Problem
Go through the data below and return each line where the string "Mode" appears.

Available data
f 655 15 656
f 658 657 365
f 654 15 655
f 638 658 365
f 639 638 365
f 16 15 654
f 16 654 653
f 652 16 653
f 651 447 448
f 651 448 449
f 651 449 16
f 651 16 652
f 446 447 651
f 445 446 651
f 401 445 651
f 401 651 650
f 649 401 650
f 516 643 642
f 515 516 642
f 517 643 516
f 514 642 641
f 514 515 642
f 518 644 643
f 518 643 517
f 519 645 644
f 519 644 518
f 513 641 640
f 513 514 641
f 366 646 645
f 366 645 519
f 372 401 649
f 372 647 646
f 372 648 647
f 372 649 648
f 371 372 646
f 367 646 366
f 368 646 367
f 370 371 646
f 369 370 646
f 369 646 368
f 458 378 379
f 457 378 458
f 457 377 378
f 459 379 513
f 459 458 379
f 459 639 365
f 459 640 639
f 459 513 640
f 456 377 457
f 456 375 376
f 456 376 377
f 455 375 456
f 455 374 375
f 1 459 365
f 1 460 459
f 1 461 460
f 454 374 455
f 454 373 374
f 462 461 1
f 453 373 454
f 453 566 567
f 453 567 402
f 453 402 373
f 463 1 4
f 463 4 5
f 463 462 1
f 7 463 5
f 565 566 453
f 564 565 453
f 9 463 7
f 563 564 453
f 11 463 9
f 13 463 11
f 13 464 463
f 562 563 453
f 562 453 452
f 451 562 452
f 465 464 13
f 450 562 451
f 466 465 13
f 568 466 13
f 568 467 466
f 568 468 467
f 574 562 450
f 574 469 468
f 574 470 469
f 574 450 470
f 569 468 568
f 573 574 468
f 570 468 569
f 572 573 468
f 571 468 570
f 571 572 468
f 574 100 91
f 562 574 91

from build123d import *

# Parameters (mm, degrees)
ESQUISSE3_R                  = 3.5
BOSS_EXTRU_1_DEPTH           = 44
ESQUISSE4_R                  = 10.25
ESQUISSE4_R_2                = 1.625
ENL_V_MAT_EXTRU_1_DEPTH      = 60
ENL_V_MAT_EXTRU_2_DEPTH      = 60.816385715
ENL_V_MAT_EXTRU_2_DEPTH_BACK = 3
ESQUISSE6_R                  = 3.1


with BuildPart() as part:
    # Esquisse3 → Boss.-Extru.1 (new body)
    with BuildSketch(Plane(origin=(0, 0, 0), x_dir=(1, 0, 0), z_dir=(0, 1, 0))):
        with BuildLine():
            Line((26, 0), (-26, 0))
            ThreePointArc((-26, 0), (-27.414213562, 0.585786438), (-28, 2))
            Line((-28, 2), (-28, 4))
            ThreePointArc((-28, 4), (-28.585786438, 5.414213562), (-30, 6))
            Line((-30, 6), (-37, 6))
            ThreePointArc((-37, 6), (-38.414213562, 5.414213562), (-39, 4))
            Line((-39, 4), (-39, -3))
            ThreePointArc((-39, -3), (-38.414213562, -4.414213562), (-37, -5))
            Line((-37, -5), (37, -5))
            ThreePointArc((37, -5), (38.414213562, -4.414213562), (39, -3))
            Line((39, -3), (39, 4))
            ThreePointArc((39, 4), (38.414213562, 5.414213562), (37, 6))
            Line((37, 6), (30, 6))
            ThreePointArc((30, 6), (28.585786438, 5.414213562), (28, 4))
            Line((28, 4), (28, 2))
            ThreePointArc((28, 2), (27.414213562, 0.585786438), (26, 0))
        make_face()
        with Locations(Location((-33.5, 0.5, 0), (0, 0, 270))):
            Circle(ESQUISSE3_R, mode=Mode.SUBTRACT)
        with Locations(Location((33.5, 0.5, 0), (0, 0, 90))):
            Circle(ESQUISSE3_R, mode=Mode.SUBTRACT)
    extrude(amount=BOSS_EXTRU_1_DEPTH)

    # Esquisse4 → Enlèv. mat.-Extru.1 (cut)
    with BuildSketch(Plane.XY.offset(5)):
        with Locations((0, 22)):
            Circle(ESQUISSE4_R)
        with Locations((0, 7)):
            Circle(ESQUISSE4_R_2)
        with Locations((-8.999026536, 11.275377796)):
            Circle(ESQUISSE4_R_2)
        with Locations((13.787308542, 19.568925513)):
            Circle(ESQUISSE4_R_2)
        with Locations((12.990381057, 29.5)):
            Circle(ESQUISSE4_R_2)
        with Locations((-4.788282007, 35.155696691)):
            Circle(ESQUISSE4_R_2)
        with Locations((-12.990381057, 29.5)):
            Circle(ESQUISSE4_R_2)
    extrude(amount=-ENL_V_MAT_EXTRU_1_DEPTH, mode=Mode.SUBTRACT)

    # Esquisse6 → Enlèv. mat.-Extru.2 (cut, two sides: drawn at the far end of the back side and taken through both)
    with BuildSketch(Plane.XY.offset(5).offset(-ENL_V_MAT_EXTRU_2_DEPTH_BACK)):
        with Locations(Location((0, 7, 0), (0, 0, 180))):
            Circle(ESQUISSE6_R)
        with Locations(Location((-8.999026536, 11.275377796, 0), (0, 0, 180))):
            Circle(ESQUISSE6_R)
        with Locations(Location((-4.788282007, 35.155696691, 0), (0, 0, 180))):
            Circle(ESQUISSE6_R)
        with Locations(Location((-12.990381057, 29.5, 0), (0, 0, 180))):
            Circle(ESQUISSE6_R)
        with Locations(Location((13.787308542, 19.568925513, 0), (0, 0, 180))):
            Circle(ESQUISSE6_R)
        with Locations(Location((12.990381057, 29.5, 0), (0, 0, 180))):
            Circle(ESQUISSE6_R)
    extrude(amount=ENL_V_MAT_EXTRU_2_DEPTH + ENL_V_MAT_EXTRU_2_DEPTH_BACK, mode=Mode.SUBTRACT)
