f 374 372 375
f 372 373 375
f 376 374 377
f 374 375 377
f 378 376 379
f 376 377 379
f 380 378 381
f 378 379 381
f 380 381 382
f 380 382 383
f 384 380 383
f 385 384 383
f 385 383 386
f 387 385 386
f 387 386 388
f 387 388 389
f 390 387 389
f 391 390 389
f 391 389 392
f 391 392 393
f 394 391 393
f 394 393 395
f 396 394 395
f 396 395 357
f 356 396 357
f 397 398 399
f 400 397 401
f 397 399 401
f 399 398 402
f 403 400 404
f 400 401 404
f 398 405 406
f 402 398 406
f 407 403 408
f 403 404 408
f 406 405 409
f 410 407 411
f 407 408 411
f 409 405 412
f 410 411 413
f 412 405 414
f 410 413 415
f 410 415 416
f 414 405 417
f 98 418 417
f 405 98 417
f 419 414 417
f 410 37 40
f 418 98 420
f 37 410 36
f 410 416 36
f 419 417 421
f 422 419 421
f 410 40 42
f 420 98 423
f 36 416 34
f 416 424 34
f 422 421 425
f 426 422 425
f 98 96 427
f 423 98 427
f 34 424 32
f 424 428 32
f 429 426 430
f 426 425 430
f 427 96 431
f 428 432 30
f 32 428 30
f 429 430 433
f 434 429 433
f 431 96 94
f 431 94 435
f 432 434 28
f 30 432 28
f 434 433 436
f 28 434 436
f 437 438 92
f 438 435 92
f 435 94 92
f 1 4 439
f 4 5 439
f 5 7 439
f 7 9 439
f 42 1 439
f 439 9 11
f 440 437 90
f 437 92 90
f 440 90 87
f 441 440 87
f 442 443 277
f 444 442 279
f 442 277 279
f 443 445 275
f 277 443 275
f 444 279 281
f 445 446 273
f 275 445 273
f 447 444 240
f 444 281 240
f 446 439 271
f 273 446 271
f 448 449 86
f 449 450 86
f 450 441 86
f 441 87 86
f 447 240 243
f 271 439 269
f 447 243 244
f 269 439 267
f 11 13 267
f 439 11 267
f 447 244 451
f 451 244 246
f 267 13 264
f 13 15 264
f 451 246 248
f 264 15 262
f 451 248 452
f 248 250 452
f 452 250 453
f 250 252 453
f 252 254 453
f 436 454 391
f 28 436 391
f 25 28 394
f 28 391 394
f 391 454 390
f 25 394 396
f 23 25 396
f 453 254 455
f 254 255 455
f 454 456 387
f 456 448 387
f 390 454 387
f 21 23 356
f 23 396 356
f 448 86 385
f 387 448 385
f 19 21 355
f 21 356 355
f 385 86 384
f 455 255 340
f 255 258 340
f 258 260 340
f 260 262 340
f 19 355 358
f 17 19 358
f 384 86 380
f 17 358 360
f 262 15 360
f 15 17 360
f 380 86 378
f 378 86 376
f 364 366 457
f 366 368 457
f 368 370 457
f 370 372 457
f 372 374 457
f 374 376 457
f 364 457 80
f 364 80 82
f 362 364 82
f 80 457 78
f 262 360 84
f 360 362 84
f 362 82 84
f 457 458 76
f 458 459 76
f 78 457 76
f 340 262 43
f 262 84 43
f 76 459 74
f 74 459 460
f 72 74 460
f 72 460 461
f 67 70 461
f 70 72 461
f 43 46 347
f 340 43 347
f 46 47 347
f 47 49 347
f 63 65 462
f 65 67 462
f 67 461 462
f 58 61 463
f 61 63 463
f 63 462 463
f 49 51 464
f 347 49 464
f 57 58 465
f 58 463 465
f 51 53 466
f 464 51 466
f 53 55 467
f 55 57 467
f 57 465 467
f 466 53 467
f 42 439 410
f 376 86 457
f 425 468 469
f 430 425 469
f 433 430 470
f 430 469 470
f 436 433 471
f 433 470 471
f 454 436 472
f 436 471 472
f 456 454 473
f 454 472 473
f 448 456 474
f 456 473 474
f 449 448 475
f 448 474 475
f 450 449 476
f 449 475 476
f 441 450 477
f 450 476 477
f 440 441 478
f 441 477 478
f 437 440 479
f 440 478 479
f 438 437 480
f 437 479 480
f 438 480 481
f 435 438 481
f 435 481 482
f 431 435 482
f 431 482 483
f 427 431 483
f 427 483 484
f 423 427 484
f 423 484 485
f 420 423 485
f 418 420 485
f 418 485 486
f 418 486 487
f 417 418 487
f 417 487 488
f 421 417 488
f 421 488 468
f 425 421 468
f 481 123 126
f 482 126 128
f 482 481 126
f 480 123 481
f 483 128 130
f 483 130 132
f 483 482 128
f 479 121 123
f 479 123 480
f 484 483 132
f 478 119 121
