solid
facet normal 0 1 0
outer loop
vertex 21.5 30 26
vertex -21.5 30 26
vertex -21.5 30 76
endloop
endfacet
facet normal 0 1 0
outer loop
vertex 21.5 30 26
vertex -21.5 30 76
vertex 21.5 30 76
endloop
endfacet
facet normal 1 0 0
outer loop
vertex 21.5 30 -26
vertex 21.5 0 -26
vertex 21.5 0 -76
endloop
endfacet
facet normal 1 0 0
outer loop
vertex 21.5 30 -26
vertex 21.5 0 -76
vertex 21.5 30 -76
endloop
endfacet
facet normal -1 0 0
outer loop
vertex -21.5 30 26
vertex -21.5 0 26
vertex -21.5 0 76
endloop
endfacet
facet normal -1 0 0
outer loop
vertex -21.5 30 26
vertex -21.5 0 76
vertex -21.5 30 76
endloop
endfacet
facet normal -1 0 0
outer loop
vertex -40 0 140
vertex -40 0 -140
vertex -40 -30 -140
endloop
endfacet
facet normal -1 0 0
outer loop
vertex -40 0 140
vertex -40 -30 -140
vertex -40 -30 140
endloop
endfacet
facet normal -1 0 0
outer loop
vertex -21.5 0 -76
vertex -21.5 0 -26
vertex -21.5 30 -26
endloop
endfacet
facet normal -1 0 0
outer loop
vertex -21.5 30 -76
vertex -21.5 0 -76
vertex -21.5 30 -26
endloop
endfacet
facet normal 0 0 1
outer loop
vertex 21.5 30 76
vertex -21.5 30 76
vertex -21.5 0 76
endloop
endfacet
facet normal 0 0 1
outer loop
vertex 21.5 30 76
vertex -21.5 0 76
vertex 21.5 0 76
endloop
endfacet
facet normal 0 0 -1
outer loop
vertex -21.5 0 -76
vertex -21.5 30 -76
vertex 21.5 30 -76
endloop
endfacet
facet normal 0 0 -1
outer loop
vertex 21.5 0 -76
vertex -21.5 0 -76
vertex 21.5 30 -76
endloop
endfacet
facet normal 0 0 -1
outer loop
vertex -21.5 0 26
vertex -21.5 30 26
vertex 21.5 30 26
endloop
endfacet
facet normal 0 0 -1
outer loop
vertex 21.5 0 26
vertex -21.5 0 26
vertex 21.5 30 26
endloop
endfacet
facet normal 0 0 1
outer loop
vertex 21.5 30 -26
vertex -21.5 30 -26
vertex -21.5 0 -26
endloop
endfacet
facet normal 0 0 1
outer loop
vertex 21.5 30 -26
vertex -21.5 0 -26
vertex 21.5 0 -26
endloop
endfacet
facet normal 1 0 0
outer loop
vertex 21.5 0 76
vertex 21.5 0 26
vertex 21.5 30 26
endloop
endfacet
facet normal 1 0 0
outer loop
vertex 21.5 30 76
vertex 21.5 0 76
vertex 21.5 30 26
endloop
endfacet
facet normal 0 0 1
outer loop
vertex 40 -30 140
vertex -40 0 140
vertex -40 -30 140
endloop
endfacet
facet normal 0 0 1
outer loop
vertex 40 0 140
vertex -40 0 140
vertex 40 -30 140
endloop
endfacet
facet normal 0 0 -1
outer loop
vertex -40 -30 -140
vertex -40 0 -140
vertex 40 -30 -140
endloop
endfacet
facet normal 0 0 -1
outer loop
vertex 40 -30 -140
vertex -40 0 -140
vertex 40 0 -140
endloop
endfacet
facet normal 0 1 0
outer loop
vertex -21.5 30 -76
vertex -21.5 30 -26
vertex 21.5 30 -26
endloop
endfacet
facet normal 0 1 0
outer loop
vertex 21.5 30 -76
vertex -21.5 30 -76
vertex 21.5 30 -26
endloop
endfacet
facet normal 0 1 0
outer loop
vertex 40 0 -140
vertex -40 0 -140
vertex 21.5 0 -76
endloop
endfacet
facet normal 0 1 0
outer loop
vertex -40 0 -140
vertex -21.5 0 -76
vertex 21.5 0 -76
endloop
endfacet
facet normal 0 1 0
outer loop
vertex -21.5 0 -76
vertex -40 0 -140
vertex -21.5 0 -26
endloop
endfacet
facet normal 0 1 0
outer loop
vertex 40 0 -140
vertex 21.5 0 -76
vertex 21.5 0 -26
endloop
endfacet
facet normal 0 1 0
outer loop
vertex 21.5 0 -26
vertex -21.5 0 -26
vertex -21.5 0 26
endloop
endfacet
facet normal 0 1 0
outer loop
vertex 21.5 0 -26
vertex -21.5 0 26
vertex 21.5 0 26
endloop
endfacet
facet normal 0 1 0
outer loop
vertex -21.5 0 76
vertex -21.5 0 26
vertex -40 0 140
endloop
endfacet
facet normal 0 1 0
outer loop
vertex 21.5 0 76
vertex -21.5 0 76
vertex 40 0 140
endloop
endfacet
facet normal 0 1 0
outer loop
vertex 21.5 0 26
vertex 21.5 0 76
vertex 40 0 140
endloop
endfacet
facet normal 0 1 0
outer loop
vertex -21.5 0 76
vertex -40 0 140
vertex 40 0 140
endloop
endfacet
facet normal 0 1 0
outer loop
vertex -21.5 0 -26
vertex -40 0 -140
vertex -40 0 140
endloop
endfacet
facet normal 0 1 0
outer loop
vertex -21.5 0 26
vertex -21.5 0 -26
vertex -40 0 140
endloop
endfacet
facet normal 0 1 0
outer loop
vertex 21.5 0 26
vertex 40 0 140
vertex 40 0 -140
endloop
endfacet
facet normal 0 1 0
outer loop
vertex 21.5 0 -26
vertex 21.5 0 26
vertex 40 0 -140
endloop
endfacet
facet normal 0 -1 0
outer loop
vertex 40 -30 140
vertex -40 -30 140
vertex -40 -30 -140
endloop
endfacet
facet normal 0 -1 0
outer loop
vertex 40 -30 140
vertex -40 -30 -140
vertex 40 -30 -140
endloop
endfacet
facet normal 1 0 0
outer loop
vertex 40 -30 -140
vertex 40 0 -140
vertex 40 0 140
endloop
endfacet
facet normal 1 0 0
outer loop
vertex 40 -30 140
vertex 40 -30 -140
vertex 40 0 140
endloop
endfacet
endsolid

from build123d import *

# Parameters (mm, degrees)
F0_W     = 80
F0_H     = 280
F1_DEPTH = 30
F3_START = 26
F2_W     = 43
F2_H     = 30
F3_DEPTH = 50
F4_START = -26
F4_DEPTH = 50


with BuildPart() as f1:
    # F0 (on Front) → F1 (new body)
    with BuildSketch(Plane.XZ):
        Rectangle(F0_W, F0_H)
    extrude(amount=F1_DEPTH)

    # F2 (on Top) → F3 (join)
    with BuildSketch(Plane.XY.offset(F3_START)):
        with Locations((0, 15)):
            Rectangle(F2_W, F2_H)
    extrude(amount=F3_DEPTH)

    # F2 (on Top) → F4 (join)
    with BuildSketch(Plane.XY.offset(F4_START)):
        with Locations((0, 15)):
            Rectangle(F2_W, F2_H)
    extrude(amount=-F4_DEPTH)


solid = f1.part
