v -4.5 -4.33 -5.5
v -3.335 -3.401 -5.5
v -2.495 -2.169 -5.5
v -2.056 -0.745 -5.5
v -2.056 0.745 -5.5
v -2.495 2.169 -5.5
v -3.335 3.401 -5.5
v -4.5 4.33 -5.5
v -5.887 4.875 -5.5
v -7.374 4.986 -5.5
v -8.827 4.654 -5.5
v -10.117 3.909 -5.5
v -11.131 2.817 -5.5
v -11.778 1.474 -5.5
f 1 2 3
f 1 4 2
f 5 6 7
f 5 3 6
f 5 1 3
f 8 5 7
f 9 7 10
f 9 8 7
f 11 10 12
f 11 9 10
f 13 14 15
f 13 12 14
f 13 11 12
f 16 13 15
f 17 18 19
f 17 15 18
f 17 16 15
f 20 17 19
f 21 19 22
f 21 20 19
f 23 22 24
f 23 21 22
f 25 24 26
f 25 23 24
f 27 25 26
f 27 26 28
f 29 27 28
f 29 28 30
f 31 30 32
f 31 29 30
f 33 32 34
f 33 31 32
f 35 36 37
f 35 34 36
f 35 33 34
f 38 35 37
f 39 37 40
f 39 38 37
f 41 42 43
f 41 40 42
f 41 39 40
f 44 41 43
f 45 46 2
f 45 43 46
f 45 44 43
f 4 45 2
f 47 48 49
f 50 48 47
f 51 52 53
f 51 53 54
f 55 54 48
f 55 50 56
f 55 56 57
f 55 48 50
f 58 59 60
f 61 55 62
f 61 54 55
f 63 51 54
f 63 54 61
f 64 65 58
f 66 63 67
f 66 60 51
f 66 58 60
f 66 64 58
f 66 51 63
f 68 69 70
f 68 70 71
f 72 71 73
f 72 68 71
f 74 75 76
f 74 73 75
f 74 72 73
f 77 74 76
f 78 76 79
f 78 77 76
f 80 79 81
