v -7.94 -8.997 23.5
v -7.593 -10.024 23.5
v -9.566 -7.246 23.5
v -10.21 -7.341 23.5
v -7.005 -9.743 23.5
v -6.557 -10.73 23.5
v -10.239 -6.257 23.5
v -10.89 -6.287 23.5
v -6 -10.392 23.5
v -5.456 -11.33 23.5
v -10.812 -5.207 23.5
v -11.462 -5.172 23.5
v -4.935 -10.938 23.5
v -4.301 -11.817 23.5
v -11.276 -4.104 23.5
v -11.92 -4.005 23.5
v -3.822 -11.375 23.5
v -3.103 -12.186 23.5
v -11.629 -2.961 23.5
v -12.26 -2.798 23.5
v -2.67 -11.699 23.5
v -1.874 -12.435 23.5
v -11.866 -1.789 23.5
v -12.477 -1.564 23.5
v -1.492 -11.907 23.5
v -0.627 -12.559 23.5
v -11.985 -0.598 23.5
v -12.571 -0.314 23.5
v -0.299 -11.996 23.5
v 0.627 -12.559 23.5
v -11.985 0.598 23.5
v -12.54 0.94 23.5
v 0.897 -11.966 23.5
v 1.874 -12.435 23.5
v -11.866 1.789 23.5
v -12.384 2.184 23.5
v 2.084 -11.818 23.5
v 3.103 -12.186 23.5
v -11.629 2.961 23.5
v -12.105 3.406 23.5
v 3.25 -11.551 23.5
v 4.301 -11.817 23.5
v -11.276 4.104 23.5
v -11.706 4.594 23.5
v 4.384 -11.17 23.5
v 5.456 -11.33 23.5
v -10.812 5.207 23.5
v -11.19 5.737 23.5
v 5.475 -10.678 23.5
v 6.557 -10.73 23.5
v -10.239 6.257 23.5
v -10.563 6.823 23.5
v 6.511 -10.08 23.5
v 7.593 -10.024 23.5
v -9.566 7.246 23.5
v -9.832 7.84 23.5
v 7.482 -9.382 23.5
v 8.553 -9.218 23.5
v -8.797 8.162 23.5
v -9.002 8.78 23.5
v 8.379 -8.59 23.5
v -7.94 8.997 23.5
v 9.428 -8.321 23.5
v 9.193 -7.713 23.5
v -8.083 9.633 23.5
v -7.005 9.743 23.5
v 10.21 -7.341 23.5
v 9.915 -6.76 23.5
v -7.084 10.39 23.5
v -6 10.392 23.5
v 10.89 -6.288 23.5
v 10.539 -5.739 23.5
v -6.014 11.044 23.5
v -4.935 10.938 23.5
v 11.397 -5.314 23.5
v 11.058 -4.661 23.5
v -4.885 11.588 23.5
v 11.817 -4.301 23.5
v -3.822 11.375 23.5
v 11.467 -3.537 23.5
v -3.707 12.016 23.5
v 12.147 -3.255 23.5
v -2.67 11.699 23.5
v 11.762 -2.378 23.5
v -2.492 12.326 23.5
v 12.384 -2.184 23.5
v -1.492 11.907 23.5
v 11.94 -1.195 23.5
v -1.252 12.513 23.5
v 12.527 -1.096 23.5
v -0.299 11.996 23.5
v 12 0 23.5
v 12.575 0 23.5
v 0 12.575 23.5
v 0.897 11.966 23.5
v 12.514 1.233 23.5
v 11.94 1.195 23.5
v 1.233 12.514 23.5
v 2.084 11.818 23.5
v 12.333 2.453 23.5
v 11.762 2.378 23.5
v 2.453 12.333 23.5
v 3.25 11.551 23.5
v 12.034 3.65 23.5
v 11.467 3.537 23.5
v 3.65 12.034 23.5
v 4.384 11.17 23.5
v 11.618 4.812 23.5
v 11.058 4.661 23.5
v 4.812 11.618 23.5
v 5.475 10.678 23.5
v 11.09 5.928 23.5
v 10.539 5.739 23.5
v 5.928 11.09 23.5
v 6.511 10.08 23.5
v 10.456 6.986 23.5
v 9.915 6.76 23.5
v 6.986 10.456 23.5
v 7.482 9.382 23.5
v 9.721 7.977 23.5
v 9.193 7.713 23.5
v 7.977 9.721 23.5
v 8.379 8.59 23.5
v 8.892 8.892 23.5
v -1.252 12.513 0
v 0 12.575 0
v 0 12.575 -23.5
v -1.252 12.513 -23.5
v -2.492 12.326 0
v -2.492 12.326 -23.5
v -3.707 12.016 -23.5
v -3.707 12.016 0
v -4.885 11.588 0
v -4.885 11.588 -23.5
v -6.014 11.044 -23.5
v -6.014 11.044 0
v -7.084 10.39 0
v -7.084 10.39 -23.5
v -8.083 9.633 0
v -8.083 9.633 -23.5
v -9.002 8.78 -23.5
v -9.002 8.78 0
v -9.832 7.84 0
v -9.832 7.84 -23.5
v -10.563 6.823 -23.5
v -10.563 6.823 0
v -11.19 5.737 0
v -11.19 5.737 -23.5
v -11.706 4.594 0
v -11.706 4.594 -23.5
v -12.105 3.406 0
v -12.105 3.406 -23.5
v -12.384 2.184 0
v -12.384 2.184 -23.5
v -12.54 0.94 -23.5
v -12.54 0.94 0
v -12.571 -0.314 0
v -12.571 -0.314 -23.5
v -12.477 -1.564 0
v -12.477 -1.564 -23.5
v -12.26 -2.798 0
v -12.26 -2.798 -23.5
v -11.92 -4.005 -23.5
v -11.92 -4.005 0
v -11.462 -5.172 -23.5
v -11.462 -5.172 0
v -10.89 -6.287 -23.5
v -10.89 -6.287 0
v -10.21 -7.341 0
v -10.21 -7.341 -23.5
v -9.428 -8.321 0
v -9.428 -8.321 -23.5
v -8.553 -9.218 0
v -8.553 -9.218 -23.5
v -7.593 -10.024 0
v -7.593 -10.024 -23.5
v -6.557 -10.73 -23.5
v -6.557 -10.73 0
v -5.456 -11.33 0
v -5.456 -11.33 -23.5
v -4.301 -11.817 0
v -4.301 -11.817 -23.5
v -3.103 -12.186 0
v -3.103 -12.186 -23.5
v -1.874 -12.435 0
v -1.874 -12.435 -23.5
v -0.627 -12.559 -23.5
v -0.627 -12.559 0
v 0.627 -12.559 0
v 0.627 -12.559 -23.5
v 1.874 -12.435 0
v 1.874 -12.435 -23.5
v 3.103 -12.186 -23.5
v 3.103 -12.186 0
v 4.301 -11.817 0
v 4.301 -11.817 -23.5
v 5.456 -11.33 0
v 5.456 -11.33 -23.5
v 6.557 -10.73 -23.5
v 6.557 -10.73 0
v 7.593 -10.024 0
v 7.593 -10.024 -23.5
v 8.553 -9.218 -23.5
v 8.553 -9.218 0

Result of this exercise
            Circle(ESQUISSE3_R, mode=Mode.SUBTRACT)
            Circle(ESQUISSE3_R, mode=Mode.SUBTRACT)
    extrude(amount=-ENL_V_MAT_EXTRU_1_DEPTH, mode=Mode.SUBTRACT)
    extrude(amount=ENL_V_MAT_EXTRU_2_DEPTH + ENL_V_MAT_EXTRU_2_DEPTH_BACK, mode=Mode.SUBTRACT)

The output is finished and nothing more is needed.